__What you are asked to do__. Each entry needs to be reproduced exactly as it is.

__Given data__.
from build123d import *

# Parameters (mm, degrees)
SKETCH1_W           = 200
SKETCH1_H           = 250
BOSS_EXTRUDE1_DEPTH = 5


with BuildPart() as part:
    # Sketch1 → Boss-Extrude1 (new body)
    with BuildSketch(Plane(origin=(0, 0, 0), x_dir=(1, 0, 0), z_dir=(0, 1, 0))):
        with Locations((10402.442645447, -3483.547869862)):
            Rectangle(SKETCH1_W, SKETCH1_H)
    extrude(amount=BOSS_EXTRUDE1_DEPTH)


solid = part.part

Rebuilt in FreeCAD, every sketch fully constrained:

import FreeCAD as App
import Part
import Sketcher
Q = App.Units.Quantity

doc = App.newDocument("Part")
body = doc.addObject("PartDesign::Body", "Body")

# Sketch on XZ plane
sketch1 = doc.addObject("Sketcher::SketchObject", "Sketch")
body.addObject(sketch1)
sketch1.AttachmentSupport = (doc.XZ_Plane, [""])
sketch1.MapMode = "FlatFace"
sketch1.addGeometry([
    Part.LineSegment(App.Vector(10302, 3359, 0), App.Vector(10302, 3609, 0)),
    Part.LineSegment(App.Vector(10302, 3609, 0), App.Vector(10502, 3609, 0)),
    Part.LineSegment(App.Vector(10502, 3609, 0), App.Vector(10502, 3359, 0)),
    Part.LineSegment(App.Vector(10502, 3359, 0), App.Vector(10302, 3359, 0)),
], False)
sketch1.addConstraint([
    Sketcher.Constraint("Coincident", 0, 2, 1, 1),
    Sketcher.Constraint("Coincident", 1, 2, 2, 1),
    Sketcher.Constraint("Coincident", 2, 2, 3, 1),
    Sketcher.Constraint("Coincident", 3, 2, 0, 1),
    Sketcher.Constraint("Vertical", 0),
    Sketcher.Constraint("Horizontal", 1),
    Sketcher.Constraint("Vertical", 2),
    Sketcher.Constraint("Horizontal", 3),
    Sketcher.Constraint("DistanceX", 1, 1, 1, 2, Q("200 mm")),
    Sketcher.Constraint("DistanceY", 0, 1, 0, 2, Q("250 mm")),
    Sketcher.Constraint("DistanceY", -1, 1, 0, 2, Q("3608.54787 mm")),
    Sketcher.Constraint("DistanceX", -1, 1, 0, 2, Q("10302.442645 mm")),
])
pad1 = doc.addObject("PartDesign::Pad", "Pad")
body.addObject(pad1)
pad1.Profile = sketch1
pad1.Length = 5
pad1.Reversed = True

doc.recompute()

__Written reply__.
from build123d import *

# Parameters (mm, degrees)
SKETCH1_W           = 200
SKETCH1_H           = 250
BOSS_EXTRUDE1_DEPTH = 5


with BuildPart() as part:
    # Sketch1 → Boss-Extrude1 (new body)
    with BuildSketch(Plane(origin=(0, 0, 0), x_dir=(1, 0, 0), z_dir=(0, 1, 0))):
        with Locations((10402.442645447, -3483.547869862)):
            Rectangle(SKETCH1_W, SKETCH1_H)
    extrude(amount=BOSS_EXTRUDE1_DEPTH)


solid = part.part

Rebuilt in FreeCAD, every sketch fully constrained:

import FreeCAD as App
import Part
import Sketcher
Q = App.Units.Quantity

doc = App.newDocument("Part")
body = doc.addObject("PartDesign::Body", "Body")

# Sketch on XZ plane
sketch1 = doc.addObject("Sketcher::SketchObject", "Sketch")
body.addObject(sketch1)
sketch1.AttachmentSupport = (doc.XZ_Plane, [""])
sketch1.MapMode = "FlatFace"
sketch1.addGeometry([
    Part.LineSegment(App.Vector(10302, 3359, 0), App.Vector(10302, 3609, 0)),
    Part.LineSegment(App.Vector(10302, 3609, 0), App.Vector(10502, 3609, 0)),
    Part.LineSegment(App.Vector(10502, 3609, 0), App.Vector(10502, 3359, 0)),
    Part.LineSegment(App.Vector(10502, 3359, 0), App.Vector(10302, 3359, 0)),
], False)
sketch1.addConstraint([
    Sketcher.Constraint("Coincident", 0, 2, 1, 1),
    Sketcher.Constraint("Coincident", 1, 2, 2, 1),
    Sketcher.Constraint("Coincident", 2, 2, 3, 1),
    Sketcher.Constraint("Coincident", 3, 2, 0, 1),
    Sketcher.Constraint("Vertical", 0),
    Sketcher.Constraint("Horizontal", 1),
    Sketcher.Constraint("Vertical", 2),
    Sketcher.Constraint("Horizontal", 3),
    Sketcher.Constraint("DistanceX", 1, 1, 1, 2, Q("200 mm")),
    Sketcher.Constraint("DistanceY", 0, 1, 0, 2, Q("250 mm")),
    Sketcher.Constraint("DistanceY", -1, 1, 0, 2, Q("3608.54787 mm")),
    Sketcher.Constraint("DistanceX", -1, 1, 0, 2, Q("10302.442645 mm")),
])
pad1 = doc.addObject("PartDesign::Pad", "Pad")
body.addObject(pad1)
pad1.Profile = sketch1
pad1.Length = 5
pad1.Reversed = True

doc.recompute()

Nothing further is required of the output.